1 Ancient accounts of the life and character of Cato are found in Cicero's Cato Maior and in the "Lives" of Cornelius Nepos, Plutarch, and Aurelius Victor. See also Mommsen, History of Rome, Vol. III, Chaps. 11 and 14; Duff, A Literary History of Rome (to the close of the Golden Age), 250‑52, 255‑59, 262‑64; Teuffel and Schwabe, History of Roman Literature, §§ 118‑22.

2 Cf. Aurelius Victor, de Viris Illustribus, 47.

3 Quint., Inst. Orat., XII, 11, 23.

4 Cic., de Orat., III, 135; Brut., 61, 69, 294.

5 Plin. N. H. XXV, 4.

6 Colum., de Re Rust., I, 1, 12.

7 Cic., Brut., 67.

8 Id., 16, 61.

9 Plin. N. H. VIII, 11.

10 The fragments in general are found in H. Jordan, M. Catonis praeter librum de re rustica quae extant, Leipzig, 1860.
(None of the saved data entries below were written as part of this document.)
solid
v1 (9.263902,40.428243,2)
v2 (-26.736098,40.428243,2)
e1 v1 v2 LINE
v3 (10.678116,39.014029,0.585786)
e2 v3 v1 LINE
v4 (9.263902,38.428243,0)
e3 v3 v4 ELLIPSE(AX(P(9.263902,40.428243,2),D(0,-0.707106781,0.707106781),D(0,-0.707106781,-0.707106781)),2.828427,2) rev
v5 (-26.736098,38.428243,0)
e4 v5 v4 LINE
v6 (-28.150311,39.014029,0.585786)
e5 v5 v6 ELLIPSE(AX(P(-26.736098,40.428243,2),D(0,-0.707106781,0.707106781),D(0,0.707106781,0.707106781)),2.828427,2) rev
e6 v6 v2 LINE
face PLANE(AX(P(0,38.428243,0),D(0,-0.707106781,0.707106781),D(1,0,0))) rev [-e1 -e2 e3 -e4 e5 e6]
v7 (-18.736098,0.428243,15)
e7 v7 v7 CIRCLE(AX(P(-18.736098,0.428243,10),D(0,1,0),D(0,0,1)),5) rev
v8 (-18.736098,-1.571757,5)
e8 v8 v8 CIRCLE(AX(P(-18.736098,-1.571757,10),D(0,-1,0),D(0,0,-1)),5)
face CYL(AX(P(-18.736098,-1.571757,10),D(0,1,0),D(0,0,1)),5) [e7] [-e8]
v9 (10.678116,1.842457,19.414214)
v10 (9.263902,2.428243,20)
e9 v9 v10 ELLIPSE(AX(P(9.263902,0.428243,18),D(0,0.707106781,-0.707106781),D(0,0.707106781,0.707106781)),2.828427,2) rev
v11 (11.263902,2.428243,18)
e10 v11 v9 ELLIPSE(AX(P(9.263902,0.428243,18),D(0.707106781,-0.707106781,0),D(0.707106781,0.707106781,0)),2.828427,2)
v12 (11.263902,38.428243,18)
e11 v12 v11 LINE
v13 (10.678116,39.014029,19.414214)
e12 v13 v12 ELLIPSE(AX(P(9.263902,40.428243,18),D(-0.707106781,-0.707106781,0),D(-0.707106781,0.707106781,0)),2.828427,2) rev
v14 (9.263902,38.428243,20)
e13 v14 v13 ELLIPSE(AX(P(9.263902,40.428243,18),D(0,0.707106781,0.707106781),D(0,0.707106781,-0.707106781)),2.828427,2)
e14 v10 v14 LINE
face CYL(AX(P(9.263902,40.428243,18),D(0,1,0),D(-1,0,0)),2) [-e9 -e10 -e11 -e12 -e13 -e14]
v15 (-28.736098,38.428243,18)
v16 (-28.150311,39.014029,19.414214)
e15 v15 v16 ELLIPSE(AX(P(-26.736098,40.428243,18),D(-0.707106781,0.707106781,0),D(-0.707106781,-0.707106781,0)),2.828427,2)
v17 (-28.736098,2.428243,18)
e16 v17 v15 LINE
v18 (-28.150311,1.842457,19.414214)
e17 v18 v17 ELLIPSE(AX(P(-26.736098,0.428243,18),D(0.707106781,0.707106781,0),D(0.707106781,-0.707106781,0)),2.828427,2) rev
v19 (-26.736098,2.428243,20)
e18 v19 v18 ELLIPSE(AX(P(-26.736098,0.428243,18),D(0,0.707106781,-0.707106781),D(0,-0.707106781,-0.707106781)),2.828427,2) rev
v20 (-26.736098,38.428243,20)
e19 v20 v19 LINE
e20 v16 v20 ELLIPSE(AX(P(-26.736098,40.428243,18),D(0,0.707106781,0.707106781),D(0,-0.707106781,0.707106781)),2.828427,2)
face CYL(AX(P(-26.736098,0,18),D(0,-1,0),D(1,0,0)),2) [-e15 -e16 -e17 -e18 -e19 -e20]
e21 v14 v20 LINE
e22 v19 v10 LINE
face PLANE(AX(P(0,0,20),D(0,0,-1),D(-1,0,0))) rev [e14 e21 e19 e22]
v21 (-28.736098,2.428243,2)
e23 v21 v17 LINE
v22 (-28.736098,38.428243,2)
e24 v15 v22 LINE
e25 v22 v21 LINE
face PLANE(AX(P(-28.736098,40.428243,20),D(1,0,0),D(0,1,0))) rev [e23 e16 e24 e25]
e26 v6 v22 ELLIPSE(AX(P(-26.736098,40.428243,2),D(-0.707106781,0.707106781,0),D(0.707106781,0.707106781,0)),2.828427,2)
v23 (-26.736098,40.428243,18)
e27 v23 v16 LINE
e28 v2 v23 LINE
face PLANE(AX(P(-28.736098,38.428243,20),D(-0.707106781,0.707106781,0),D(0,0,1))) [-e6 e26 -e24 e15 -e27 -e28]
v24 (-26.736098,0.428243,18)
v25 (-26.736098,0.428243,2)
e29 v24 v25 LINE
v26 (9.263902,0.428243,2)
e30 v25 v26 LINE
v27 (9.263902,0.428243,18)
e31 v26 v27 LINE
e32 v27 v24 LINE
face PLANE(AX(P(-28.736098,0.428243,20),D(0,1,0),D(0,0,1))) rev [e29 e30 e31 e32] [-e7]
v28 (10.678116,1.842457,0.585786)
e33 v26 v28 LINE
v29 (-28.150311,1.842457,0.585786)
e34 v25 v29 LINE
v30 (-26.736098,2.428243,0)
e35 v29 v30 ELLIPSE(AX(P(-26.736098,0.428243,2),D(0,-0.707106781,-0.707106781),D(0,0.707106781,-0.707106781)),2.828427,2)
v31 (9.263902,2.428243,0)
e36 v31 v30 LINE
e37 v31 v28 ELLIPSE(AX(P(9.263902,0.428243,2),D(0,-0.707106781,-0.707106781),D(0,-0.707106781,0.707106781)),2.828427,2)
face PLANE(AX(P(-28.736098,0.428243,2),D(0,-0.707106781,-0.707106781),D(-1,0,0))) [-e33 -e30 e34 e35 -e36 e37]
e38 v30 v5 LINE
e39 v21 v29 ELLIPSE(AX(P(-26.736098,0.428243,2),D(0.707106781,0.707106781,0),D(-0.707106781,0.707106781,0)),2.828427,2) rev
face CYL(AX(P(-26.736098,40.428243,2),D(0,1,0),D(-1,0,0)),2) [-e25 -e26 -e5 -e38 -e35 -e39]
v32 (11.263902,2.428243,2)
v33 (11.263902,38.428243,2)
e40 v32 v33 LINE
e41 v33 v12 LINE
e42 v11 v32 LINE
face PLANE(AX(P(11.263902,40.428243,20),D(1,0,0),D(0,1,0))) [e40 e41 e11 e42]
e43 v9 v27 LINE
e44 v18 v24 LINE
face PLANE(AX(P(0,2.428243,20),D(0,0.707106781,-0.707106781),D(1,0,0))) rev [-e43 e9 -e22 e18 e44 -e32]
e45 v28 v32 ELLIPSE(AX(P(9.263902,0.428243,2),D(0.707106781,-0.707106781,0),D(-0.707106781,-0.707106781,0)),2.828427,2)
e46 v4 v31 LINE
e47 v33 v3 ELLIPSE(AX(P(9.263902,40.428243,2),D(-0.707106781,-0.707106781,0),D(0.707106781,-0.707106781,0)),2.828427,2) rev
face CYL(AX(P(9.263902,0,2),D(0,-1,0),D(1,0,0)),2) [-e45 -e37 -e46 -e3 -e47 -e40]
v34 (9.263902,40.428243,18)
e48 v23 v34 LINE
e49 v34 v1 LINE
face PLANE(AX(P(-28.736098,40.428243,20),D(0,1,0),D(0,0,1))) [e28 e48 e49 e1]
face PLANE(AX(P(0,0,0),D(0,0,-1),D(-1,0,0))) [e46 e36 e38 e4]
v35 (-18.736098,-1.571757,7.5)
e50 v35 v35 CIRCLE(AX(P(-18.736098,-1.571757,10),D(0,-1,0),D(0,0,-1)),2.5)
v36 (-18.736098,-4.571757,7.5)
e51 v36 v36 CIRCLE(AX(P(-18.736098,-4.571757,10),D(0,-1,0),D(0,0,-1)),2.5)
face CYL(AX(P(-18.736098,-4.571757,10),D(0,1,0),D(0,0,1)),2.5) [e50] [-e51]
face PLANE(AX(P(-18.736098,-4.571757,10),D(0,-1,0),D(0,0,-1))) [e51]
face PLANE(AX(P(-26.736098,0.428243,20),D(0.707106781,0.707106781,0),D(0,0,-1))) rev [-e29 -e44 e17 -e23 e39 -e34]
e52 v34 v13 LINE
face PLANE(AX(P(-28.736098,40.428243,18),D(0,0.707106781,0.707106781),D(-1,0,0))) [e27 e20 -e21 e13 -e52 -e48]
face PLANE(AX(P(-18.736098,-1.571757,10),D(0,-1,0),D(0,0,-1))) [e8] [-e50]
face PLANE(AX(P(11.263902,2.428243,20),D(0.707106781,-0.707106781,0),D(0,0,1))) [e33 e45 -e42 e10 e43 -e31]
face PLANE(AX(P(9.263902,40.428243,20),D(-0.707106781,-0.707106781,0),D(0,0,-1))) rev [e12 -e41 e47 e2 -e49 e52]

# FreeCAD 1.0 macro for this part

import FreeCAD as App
import Part
import Sketcher
from FreeCAD import Vector


def edges_at(feature, points):
    """Names of the edges that pass closest to the given points."""
    edges = feature.Shape.Edges
    near = lambda p: min(range(len(edges)), key=lambda i: edges[i].distToShape(Part.Vertex(*p))[0])
    return sorted({f"Edge{near(p) + 1}" for p in points})


def add_polygon(sketch, points):
    """Adds a closed chain of lines whose ends are joined by coincident constraints."""
    first, n = sketch.GeometryCount, len(points)
    for a, b in zip(points, points[1:] + points[:1]):
        sketch.addGeometry(Part.LineSegment(App.Vector(*a, 0), App.Vector(*b, 0)), False)
    for i in range(n):
        sketch.addConstraint(Sketcher.Constraint("Coincident", first + i, 2, first + (i + 1) % n, 1))

doc = App.newDocument("Part")
body = doc.addObject("PartDesign::Body", "Body")

sketch1 = doc.addObject("Sketcher::SketchObject", "Sketch")
body.addObject(sketch1)
sketch1.AttachmentSupport = (doc.XY_Plane, [""])
sketch1.MapMode = "FlatFace"
add_polygon(sketch1, [(-29, 40), (-29, 0), (11, 0), (11, 40)])
sketch1.addConstraint([
    Sketcher.Constraint("Vertical", 0),
    Sketcher.Constraint("Horizontal", 1),
    Sketcher.Constraint("Vertical", 2),
    Sketcher.Constraint("Horizontal", 3),
    Sketcher.Constraint("Equal", 3, 0),
    Sketcher.Constraint("DistanceX", 1, 1, 1, 2, 40.0),
    Sketcher.Constraint("DistanceX", 0, 2, -1, 1, 28.736098),
    Sketcher.Constraint("DistanceY", -1, 1, 0, 2, 0.428243),
])
pad1 = doc.addObject("PartDesign::Pad", "Pad")
body.addObject(pad1)
pad1.Profile = sketch1
pad1.Length = 20
doc.recompute()

chamfer = doc.addObject("PartDesign::Chamfer", "Chamfer")
body.addObject(chamfer)
chamfer.Base = (pad1, edges_at(pad1, [
    (-8.736, 40.428, 20),
    (-8.736, 40.428, 0),
    (-28.736, 40.428, 10),
    (11.264, 40.428, 10),
]))
chamfer.Size = 2

sketch2 = doc.addObject("Sketcher::SketchObject", "Sketch001")
body.addObject(sketch2)
sketch2.AttachmentSupport = (doc.XZ_Plane, [""])
sketch2.MapMode = "FlatFace"
sketch2.AttachmentOffset = App.Placement(Vector(0, 0, -0.428243), App.Rotation())
sketch2.addGeometry(Part.Circle(Vector(-19, 10, 0), Vector(0, 0, 1), 5), False)
sketch2.addConstraint([
    Sketcher.Constraint("Diameter", 0, 10.0),
    Sketcher.Constraint("DistanceY", -1, 1, 0, 3, 10.0),
    Sketcher.Constraint("DistanceX", 0, 3, -1, 1, 18.736098),
])
pad2 = doc.addObject("PartDesign::Pad", "Pad001")
body.addObject(pad2)
pad2.Profile = sketch2
pad2.Length = 2

sketch3 = doc.addObject("Sketcher::SketchObject", "Sketch002")
body.addObject(sketch3)
sketch3.AttachmentSupport = (doc.XZ_Plane, [""])
sketch3.MapMode = "FlatFace"
sketch3.AttachmentOffset = App.Placement(Vector(0, 0, 1.571757), App.Rotation())
sketch3.addGeometry(Part.Circle(Vector(-18.7, 10, 0), Vector(0, 0, 1), 2.5), False)
sketch3.addConstraint([
    Sketcher.Constraint("Diameter", 0, 5.0),
    Sketcher.Constraint("DistanceY", -1, 1, 0, 3, 10.0),
    Sketcher.Constraint("DistanceX", 0, 3, -1, 1, 18.736098),
])
pad3 = doc.addObject("PartDesign::Pad", "Pad002")
body.addObject(pad3)
pad3.Profile = sketch3
pad3.Length = 3
doc.recompute()

chamfer2 = doc.addObject("PartDesign::Chamfer", "Chamfer001")
body.addObject(chamfer2)
chamfer2.Base = (pad3, edges_at(pad3, [
    (-8.736, 0.428, 20),
    (-8.736, 0.428, 0),
    (-28.736, 0.428, 10),
    (11.264, 0.428, 10),
]))
chamfer2.Size = 2
doc.recompute()

fillet = doc.addObject("PartDesign::Fillet", "Fillet")
body.addObject(fillet)
fillet.Base = (chamfer2, edges_at(chamfer2, [
    (11.264, 20.428, 0),
    (11.264, 20.428, 20),
    (-28.736, 20.428, 0),
    (-28.736, 20.428, 20),
]))
fillet.Radius = 2

doc.recompute()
11 See Serv. ad Aen., VII, 259, XI, 301.

12 Nepos, Cato, 3, 3. Fragments of the Origines are included in H. Peter, Historicorum Romanorum Fragmenta, 1883.

13 Hörle (in his Catos Hausbücher, Paderborn, 1929) contends that the arrangement is not to be charged to Cato himself, but to some compiler of agricultural precepts contained in Cato's various works.

14 Aul. Gell., N. A. VI, 3, 17 f., 52 f.


Thayer's Note:

a Cato taught Rome to speak Latin: No; a nonsensical misunderstanding of the text of Columella (q.v.), which is correctly rendered in English by the Loeb translator.